:: Task prompt ::
For the entries below, the result should be an exact transcription of the lines from the one with "-e81 -e93 e112]" up to and including the one with "-e17 -e87 e107]", and only those.

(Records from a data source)
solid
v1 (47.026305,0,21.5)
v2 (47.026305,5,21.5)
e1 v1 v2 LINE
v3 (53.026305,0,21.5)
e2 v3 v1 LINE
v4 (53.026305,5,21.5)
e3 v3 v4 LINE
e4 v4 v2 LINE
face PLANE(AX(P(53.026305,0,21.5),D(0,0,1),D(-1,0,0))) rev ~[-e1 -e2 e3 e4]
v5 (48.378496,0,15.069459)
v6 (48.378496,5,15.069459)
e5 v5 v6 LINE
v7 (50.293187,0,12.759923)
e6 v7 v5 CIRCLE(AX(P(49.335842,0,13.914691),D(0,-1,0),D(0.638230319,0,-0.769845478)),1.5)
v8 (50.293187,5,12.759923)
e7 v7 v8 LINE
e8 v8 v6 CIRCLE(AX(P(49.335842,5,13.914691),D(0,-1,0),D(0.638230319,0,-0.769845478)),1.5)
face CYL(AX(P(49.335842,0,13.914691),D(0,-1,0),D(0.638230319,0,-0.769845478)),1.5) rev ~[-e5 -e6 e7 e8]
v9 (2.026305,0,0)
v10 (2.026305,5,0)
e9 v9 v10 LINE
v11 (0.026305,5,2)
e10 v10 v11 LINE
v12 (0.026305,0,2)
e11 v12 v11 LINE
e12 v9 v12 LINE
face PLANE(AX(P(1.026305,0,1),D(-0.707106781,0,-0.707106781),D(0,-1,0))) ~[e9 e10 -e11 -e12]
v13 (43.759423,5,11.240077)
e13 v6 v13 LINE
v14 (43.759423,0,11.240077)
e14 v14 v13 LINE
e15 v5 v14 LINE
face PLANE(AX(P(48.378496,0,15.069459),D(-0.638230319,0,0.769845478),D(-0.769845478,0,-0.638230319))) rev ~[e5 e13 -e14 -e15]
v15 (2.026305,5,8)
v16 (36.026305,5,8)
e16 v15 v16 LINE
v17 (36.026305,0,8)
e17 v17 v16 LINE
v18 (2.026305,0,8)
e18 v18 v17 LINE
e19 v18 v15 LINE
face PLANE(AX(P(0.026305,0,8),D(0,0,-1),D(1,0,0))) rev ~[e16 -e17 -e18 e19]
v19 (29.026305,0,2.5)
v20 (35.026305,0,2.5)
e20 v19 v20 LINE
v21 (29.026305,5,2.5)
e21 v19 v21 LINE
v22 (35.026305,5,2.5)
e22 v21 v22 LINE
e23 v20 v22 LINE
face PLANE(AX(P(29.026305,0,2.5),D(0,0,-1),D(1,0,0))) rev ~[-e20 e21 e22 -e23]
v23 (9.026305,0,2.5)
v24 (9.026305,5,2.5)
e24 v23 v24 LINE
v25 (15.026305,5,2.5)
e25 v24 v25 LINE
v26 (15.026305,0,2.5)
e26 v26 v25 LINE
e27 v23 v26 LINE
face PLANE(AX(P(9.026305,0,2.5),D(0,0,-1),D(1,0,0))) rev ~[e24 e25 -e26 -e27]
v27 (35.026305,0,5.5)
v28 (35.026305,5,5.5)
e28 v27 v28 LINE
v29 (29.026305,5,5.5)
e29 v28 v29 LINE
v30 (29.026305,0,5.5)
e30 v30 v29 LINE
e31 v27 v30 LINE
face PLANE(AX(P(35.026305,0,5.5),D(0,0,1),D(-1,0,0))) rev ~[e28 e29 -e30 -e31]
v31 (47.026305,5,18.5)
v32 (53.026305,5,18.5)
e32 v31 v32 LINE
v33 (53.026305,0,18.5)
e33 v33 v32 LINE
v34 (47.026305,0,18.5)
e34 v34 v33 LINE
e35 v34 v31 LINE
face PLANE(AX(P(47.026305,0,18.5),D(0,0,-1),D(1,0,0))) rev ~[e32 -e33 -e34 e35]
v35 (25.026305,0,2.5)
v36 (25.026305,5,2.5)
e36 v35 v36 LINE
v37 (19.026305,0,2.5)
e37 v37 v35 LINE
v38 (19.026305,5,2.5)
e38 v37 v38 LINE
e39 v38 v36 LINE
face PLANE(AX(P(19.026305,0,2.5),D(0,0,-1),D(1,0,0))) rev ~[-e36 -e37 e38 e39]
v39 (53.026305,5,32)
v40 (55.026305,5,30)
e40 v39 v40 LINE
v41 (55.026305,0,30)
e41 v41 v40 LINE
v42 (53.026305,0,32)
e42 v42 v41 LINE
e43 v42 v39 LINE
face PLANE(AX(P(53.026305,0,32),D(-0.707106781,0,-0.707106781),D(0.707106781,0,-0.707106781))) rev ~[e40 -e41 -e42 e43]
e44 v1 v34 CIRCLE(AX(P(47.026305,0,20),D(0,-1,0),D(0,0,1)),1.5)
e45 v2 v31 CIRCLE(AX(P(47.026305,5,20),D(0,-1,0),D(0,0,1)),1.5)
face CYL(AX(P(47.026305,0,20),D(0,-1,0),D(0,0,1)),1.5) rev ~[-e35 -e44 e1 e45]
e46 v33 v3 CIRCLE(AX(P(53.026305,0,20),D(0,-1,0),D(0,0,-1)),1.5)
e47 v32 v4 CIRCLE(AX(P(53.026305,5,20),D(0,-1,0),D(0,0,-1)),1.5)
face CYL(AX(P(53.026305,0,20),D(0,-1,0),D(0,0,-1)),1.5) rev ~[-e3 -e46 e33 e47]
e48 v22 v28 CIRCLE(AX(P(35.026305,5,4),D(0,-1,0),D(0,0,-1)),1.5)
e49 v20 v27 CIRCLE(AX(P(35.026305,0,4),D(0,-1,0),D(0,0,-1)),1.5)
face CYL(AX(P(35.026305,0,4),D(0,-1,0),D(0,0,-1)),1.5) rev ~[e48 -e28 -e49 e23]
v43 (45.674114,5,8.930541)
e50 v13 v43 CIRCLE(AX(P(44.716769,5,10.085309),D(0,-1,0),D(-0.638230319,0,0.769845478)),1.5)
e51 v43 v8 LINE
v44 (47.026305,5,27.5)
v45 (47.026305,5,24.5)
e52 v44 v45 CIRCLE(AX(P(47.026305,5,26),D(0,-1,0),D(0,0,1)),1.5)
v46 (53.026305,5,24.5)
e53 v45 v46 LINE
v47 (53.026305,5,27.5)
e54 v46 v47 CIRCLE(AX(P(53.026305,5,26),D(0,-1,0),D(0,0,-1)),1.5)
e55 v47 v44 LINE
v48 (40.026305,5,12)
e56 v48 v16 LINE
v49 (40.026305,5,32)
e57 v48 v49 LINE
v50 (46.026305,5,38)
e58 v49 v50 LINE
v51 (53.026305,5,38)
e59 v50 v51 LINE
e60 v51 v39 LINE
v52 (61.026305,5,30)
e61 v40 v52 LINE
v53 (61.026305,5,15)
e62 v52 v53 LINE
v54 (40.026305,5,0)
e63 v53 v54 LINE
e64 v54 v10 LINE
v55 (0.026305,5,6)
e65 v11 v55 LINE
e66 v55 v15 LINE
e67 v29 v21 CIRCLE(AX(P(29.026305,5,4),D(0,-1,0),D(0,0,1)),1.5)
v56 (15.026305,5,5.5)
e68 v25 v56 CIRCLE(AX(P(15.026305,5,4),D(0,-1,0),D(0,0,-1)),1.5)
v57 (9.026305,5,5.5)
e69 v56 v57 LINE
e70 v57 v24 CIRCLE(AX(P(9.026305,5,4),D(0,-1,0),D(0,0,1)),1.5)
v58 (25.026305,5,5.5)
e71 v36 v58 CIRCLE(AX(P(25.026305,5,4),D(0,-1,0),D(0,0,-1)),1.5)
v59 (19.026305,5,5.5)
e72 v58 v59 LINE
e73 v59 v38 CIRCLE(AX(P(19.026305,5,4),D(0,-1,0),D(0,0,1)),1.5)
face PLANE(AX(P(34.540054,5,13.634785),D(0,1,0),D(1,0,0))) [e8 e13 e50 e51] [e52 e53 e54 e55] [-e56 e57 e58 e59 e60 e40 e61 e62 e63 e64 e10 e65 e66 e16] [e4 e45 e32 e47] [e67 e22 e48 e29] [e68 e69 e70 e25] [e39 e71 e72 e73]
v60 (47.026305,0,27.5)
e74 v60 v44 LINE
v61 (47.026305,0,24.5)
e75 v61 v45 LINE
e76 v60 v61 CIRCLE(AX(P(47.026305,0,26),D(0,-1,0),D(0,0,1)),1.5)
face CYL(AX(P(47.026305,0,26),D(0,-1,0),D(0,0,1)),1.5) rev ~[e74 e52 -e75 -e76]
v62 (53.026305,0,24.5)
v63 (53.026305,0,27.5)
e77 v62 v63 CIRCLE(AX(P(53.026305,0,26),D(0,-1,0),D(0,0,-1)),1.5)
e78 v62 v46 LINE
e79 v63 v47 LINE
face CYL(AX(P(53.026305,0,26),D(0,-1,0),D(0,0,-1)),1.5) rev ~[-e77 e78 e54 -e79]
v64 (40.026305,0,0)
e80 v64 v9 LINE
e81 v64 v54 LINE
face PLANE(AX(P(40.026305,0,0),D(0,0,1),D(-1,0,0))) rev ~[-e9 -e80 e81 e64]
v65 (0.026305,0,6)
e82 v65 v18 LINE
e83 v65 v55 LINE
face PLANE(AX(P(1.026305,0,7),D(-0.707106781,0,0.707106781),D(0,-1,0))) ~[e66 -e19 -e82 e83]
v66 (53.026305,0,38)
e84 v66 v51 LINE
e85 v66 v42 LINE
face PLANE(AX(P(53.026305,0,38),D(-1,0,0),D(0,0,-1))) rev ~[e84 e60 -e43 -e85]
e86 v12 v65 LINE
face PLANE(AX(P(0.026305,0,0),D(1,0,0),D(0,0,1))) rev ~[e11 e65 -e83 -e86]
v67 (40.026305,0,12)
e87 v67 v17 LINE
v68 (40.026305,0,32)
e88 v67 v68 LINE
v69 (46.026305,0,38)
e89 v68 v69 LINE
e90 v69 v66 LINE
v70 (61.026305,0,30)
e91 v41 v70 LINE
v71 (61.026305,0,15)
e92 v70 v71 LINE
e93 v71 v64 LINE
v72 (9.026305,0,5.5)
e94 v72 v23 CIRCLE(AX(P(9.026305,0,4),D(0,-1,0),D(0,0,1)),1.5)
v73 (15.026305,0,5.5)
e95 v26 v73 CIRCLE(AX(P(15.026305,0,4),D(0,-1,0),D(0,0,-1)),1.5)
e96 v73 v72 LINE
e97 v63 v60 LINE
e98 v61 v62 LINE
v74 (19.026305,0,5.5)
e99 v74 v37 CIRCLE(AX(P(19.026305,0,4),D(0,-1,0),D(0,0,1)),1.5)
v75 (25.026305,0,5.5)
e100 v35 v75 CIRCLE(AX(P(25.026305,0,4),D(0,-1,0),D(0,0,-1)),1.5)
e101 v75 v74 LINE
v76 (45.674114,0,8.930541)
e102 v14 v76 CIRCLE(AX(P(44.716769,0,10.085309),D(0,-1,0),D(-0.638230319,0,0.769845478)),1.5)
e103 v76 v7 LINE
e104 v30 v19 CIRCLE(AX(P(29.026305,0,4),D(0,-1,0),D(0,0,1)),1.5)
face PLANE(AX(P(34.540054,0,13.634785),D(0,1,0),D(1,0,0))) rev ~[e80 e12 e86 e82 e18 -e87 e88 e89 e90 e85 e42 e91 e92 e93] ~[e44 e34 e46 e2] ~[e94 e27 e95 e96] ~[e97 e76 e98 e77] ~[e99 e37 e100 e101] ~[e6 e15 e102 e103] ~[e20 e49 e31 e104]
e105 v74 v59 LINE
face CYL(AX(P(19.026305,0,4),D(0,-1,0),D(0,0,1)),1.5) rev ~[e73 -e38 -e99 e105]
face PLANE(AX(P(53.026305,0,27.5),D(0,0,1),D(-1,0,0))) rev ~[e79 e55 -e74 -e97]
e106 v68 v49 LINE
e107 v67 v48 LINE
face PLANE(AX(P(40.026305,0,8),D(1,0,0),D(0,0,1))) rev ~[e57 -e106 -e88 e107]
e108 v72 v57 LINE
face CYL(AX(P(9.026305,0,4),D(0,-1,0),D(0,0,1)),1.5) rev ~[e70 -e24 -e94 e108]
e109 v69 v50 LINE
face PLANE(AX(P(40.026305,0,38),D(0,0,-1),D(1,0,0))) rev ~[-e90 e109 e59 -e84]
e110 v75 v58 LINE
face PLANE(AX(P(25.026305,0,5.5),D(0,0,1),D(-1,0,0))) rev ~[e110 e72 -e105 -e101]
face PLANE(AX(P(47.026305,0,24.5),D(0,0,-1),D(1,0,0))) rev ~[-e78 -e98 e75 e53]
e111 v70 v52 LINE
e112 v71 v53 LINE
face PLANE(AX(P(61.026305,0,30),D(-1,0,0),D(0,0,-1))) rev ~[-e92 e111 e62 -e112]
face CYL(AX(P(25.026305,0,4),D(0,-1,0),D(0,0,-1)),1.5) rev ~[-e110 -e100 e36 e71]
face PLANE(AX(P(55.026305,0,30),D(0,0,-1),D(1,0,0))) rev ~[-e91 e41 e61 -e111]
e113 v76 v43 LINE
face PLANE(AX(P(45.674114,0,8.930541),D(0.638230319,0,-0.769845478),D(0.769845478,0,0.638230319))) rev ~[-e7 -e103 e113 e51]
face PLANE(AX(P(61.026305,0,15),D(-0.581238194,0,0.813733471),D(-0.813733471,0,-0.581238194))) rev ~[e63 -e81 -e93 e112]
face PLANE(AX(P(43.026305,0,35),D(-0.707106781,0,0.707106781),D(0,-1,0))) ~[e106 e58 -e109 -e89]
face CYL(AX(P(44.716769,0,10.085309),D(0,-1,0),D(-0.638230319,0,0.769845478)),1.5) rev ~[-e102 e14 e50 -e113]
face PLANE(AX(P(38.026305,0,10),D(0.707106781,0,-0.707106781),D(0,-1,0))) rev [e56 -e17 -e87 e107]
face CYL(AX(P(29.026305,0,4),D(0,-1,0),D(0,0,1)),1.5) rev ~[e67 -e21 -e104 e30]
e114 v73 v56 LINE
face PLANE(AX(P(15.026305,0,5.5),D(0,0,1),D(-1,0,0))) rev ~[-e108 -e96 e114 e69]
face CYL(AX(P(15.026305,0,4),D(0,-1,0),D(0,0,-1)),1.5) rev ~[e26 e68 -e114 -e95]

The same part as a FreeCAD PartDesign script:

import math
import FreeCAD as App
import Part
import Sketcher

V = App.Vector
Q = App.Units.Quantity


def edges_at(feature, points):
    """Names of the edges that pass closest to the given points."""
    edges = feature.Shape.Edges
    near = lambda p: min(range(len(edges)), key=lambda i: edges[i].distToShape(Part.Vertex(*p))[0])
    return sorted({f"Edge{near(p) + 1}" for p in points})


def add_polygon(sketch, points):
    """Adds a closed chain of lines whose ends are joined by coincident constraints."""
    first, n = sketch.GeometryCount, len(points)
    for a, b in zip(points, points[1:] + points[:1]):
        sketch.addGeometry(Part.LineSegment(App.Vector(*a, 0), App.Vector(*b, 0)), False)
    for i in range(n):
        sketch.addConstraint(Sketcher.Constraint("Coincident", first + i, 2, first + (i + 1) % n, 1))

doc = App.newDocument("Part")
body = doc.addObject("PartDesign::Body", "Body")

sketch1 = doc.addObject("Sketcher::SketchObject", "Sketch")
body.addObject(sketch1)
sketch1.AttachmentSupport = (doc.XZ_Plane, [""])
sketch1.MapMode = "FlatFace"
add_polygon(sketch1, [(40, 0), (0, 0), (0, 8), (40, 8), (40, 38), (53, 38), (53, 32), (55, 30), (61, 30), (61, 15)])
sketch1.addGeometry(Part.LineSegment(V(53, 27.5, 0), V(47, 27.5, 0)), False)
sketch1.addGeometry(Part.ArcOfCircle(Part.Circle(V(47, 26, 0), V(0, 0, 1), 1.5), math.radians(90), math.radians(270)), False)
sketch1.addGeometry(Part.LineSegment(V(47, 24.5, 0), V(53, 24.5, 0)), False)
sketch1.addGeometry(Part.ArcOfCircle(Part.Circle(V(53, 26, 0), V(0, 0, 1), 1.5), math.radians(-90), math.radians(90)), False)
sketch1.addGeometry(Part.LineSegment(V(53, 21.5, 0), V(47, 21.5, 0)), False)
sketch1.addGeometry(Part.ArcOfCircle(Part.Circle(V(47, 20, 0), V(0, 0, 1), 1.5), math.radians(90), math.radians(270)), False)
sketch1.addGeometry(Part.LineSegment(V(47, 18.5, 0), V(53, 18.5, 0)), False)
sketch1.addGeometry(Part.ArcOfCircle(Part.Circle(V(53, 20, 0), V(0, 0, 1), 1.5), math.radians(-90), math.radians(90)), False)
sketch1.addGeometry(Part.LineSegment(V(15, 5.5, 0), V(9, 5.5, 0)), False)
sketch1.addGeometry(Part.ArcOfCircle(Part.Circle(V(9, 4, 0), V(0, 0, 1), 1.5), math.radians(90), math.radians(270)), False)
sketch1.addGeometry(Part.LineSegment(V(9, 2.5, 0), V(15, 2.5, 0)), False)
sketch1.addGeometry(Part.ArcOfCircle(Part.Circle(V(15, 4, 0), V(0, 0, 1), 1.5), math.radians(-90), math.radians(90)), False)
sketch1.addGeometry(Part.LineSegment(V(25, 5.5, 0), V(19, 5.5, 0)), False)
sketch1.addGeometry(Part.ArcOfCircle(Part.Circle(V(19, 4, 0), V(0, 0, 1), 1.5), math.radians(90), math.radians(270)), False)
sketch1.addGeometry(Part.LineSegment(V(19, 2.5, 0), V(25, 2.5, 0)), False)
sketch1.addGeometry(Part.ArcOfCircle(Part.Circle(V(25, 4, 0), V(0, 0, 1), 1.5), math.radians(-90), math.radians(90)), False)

:: Exercise solution ::
face PLANE(AX(P(61.026305,0,15),D(-0.581238194,0,0.813733471),D(-0.813733471,0,-0.581238194))) rev ~[e63 -e81 -e93 e112]
face PLANE(AX(P(43.026305,0,35),D(-0.707106781,0,0.707106781),D(0,-1,0))) ~[e106 e58 -e109 -e89]
face CYL(AX(P(44.716769,0,10.085309),D(0,-1,0),D(-0.638230319,0,0.769845478)),1.5) rev ~[-e102 e14 e50 -e113]
face PLANE(AX(P(38.026305,0,10),D(0.707106781,0,-0.707106781),D(0,-1,0))) rev [e56 -e17 -e87 e107]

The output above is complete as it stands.